IS学園は言わずもがな女子校である。織斑一夏という例外を除き、基本的に男性が学園内に立ち入ることは厳しく制限されている。それにも関わらず、突然の男性教員の着任だ。教員内でちょっとしたパニックが起こったのはまだ記憶に新しい。
「リト君の部屋はあるのに束さんのはないのー?」
「お前は逃亡中の身じゃなかったのか?」
「あぁ、そう言えばそうだったねぇ」
そう言いつつも特に気にした素振りを見せない。既に肩書きのような軽いものと捉えているに違いない。
「リト君が急に来ることになって驚かなかったの?」
「驚いたさ。
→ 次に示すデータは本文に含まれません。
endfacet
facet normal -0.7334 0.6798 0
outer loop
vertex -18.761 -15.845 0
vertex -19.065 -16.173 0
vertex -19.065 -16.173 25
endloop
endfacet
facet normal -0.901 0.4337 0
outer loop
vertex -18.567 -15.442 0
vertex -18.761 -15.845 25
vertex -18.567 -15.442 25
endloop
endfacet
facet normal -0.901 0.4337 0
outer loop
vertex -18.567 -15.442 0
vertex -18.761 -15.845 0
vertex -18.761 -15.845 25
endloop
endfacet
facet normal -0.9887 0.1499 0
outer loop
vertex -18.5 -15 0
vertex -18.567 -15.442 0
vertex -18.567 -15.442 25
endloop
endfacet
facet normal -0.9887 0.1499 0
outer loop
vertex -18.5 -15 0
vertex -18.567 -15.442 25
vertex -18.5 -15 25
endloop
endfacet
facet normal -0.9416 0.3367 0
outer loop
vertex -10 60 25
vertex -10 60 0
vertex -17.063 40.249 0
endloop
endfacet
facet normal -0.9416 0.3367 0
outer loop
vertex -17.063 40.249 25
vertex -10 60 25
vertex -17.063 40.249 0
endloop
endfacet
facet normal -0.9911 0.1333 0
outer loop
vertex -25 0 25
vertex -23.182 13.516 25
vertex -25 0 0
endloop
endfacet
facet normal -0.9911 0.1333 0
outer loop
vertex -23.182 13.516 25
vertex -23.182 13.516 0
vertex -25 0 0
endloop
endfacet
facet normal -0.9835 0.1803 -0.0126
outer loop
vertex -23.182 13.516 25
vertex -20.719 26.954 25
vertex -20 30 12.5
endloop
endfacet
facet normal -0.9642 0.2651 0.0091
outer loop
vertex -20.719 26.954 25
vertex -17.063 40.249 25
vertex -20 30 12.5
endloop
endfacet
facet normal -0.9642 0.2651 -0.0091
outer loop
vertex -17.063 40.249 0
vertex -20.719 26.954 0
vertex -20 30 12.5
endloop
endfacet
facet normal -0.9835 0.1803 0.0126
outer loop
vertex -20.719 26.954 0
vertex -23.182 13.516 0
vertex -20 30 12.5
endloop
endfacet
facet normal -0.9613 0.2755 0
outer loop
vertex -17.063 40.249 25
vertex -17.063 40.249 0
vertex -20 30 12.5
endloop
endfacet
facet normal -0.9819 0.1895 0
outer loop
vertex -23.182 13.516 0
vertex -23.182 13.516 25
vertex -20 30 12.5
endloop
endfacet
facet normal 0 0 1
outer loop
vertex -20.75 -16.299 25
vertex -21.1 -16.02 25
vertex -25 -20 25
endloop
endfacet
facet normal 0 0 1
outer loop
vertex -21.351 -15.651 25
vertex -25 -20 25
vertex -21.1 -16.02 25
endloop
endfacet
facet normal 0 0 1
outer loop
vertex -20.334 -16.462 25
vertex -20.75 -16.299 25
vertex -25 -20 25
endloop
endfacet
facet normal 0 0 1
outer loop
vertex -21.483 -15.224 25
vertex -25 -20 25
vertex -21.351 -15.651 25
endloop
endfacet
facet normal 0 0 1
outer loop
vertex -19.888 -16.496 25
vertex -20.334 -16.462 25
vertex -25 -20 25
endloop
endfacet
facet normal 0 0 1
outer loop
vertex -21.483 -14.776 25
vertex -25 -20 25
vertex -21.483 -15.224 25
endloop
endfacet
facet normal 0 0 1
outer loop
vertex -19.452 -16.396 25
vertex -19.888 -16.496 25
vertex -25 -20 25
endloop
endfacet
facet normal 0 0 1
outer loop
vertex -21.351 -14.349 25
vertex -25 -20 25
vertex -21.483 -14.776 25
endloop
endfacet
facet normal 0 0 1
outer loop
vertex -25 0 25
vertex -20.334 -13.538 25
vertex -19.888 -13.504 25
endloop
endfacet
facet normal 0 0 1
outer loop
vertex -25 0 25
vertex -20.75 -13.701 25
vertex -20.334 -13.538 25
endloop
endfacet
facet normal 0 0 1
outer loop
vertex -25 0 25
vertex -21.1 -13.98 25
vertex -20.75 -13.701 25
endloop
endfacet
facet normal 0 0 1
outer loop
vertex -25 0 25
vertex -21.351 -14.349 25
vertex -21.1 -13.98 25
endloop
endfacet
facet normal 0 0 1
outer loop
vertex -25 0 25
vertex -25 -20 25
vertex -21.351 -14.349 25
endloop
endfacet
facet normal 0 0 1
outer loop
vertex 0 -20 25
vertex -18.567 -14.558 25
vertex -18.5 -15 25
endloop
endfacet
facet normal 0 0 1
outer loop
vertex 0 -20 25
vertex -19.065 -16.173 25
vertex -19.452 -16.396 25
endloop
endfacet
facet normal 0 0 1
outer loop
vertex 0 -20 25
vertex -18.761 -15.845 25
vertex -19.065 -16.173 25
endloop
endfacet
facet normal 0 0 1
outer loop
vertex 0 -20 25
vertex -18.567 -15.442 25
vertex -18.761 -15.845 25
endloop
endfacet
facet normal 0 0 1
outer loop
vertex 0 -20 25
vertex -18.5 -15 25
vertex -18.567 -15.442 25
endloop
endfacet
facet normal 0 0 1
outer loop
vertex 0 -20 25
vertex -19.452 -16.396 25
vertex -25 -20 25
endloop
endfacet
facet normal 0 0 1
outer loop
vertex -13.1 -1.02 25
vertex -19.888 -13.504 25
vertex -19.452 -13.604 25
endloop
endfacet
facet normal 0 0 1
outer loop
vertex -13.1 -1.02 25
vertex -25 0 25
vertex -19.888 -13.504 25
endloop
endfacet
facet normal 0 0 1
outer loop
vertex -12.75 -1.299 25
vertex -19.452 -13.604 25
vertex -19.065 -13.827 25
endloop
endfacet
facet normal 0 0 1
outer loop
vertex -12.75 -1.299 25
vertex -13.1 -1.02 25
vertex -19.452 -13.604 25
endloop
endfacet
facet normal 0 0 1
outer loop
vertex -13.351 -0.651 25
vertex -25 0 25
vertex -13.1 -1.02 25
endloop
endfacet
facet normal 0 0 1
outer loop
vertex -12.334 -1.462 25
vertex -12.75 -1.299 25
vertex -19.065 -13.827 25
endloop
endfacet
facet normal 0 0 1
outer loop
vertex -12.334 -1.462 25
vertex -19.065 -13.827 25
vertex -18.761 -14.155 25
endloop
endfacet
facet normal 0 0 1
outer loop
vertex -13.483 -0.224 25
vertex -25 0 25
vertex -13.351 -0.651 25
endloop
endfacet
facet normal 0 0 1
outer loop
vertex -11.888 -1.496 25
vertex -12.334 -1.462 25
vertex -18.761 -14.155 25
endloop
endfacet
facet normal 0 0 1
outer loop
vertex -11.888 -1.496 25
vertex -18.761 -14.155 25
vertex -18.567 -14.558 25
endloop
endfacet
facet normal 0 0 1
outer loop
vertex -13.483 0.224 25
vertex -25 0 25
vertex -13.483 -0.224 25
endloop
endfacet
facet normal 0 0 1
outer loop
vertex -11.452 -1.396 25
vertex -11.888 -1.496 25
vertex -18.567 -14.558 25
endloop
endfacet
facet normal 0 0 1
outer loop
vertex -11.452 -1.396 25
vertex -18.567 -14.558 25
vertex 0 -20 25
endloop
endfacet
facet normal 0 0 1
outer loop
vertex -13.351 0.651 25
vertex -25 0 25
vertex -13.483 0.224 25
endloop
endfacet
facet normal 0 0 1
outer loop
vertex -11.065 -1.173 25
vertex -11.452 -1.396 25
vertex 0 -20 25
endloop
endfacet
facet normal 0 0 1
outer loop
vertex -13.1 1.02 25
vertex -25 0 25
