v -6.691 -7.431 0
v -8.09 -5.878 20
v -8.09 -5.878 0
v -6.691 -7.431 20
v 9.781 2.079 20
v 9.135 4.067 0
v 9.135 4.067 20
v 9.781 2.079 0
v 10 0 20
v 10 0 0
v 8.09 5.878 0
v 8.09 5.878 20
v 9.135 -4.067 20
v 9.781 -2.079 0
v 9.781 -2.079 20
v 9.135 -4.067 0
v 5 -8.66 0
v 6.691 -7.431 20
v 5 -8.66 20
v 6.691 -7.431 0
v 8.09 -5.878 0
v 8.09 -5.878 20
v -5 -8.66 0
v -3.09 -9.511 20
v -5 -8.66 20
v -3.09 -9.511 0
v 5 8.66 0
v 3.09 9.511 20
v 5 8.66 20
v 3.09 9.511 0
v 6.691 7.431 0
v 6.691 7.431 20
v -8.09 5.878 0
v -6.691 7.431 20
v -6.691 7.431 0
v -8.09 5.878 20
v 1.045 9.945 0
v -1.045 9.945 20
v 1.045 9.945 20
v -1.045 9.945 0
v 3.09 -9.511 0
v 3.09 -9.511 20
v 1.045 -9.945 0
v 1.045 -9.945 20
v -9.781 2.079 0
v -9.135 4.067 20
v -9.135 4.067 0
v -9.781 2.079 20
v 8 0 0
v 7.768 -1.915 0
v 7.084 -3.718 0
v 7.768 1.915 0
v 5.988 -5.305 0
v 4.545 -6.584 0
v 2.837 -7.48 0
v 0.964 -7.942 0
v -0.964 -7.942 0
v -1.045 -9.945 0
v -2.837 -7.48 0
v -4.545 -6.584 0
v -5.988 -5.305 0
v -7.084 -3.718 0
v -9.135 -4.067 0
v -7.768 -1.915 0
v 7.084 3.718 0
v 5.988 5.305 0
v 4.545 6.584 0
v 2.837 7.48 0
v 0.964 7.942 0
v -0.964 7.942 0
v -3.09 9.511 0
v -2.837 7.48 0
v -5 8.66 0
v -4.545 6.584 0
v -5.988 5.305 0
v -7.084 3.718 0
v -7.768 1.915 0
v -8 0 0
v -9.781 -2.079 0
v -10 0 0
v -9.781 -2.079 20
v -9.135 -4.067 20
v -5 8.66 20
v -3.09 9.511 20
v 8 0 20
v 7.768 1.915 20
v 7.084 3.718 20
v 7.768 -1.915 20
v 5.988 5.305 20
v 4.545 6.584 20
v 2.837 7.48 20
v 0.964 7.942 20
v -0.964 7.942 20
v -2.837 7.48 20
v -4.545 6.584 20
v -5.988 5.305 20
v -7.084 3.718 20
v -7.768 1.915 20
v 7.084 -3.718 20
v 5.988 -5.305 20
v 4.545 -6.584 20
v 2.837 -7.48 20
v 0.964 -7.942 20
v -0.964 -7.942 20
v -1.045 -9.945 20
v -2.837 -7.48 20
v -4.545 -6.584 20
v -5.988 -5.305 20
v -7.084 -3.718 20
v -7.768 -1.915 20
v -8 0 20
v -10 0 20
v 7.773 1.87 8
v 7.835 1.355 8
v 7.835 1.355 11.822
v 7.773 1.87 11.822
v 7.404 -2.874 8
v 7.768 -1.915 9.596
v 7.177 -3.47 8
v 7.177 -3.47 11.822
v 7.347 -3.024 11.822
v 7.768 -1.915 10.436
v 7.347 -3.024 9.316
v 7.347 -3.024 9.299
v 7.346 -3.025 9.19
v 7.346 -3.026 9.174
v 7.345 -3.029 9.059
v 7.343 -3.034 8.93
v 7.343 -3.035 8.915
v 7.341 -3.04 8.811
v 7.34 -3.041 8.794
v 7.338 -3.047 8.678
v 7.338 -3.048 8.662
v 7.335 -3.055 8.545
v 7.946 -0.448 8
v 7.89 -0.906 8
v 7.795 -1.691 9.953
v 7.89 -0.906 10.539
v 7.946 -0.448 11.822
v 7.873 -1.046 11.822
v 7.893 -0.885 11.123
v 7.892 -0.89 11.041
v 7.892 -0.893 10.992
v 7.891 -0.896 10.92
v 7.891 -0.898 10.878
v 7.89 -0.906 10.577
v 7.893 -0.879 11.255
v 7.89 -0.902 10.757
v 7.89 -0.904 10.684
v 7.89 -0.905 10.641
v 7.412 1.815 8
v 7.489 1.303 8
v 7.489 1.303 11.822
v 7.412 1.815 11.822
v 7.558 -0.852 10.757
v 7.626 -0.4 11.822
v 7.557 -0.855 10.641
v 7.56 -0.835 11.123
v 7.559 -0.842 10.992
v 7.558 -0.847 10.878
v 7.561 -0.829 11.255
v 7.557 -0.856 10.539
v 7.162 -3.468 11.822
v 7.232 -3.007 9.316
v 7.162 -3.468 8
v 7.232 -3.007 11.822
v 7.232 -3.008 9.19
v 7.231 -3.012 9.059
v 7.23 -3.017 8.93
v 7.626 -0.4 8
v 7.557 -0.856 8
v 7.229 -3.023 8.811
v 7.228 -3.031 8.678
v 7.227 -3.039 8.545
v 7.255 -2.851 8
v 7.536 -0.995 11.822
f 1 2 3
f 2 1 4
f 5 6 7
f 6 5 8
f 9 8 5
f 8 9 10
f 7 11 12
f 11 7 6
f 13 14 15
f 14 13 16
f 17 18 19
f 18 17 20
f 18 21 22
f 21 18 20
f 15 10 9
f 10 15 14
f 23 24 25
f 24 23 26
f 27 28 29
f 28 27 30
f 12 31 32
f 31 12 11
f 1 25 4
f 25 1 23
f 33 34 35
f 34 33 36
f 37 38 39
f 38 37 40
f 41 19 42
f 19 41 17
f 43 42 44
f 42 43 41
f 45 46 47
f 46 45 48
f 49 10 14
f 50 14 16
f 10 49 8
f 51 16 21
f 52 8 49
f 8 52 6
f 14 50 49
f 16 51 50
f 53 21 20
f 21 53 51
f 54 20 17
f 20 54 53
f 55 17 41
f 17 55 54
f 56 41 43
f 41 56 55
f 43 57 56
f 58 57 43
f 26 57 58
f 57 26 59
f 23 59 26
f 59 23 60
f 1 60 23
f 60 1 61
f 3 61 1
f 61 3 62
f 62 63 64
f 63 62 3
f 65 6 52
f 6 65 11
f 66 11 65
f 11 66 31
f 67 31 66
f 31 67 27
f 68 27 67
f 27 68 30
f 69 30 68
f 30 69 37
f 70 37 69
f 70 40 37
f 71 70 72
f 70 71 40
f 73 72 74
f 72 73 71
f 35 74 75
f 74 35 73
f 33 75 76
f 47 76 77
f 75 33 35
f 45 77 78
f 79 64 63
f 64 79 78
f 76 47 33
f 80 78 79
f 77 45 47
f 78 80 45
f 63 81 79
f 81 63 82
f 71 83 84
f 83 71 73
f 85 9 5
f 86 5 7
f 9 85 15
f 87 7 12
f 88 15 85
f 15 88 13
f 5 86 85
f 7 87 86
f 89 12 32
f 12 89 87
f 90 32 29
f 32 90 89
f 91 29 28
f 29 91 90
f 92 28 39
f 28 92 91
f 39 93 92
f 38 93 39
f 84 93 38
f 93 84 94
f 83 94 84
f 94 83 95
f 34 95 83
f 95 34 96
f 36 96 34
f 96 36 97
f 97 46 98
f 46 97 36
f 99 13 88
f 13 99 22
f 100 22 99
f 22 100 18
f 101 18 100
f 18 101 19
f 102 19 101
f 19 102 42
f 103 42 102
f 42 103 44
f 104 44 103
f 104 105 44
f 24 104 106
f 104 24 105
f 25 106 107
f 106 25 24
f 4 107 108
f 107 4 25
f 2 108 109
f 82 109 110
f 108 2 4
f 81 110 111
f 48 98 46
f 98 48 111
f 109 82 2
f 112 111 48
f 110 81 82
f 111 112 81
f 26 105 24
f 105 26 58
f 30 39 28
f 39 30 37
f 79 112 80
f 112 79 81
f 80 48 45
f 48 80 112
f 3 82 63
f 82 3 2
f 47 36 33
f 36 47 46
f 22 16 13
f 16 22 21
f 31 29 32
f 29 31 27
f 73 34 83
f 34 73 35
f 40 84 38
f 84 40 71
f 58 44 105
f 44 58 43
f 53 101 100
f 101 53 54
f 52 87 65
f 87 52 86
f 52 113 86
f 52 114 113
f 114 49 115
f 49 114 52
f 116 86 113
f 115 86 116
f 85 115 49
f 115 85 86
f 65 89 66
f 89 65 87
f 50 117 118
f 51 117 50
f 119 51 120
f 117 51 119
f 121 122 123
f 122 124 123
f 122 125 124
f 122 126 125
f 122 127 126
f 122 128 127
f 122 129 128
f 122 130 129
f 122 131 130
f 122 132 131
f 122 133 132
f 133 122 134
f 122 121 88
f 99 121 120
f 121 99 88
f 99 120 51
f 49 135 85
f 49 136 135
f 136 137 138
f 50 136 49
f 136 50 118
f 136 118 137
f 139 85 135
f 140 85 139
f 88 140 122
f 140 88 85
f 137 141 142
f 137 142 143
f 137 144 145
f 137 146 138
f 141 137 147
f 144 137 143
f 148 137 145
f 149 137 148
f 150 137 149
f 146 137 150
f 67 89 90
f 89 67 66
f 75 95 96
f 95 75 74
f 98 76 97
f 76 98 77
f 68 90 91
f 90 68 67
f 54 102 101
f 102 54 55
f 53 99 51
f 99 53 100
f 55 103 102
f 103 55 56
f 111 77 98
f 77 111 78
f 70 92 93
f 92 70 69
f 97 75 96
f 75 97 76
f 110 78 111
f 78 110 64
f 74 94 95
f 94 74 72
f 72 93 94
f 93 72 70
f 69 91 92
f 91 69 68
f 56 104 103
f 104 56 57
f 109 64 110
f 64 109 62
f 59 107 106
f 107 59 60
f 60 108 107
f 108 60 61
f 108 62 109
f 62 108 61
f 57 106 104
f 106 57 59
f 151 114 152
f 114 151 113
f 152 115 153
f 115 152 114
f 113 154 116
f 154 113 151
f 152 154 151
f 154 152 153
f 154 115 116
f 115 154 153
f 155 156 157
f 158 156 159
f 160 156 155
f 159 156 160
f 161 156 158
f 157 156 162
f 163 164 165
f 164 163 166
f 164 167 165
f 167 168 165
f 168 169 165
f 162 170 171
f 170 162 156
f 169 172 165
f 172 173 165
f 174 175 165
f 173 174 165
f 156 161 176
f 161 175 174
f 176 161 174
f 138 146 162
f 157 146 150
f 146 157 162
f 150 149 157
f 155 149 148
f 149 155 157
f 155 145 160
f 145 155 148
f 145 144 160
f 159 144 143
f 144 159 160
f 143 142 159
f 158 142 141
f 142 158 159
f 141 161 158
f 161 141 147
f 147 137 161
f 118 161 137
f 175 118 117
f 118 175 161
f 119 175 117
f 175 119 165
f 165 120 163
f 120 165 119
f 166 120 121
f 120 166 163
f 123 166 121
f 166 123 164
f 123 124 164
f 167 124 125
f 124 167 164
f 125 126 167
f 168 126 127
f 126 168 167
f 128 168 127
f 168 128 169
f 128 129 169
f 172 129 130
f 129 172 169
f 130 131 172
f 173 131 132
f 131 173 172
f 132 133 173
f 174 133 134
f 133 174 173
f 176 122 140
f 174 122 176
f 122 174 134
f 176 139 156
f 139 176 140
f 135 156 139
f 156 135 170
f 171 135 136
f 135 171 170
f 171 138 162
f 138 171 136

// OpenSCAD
// Generated by scadwright. Do not hand-edit —
// edit the Python source and regenerate.

union() {
    // Tube
    //  h   = 20  (input)
    //  od  = 20  (input)
    //  thk = 2  (input)
    difference() {
        cylinder(h=20, r=10, center=false);
        translate([0, 0, -0.01]) {
            scale([1, 1, 1.001]) {
                cylinder(h=20, r=8, center=false);
            }
        }
    }

    translate([8.40455, 1.27022, 10]) {
        multmatrix([[0.149438, 0, -0.988771, 0], [-0.988771, 0, -0.149438, 0], [0, 1, 0, 0], [0, 0, 0, 1]]) {
            linear_extrude(height=0.9, center=false) {
                translate([-1.2, -2, 0]) {
                    text("I", size=4);
                }
            }
        }
    }

    translate([8.40455, -1.27022, 10]) {
        multmatrix([[-0.149438, 0, -0.988771, 0], [-0.988771, 0, 0.149438, 0], [0, 1, 0, 0], [0, 0, 0, 1]]) {
            linear_extrude(height=0.9, center=false) {
                translate([-1.2, -2, 0]) {
                    text("N", size=4);
                }
            }
        }
    }
}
同時にすぐ理解した、納得はしてないがな。大尉なら気が付いた時には何でもかんでもやっていたって可笑しくはない、とな」
過言、ではない。元々付き合いのあった当時からリヒャルトという人物を知っている千冬は薄く苦笑した。そもそも彼のやることなすことにいちいち付き合っていては理解が追い付かずに脳がパンクしかねないのだ。
「いやぁ、でもリト君が日本に来てくれて束さん嬉しいよ。これでわざわざドイツまで行かなくても会えるしぃ」
「ここ最近は日本にいたのか?」
「日本じゃないけどアジア周辺をぶらぶら~っとね。暑かった暑かった」
「暑がりの兎にはキツい話だな」
「まぁクーラーつけてたんだけどね」
「おい」
「でもあれだよ、湿気はスゴかった」
「なるほど」
「まぁ除湿器普通に使ってたから快適だったけど」
「おい」
千冬の鋭いツッコミが束に入った。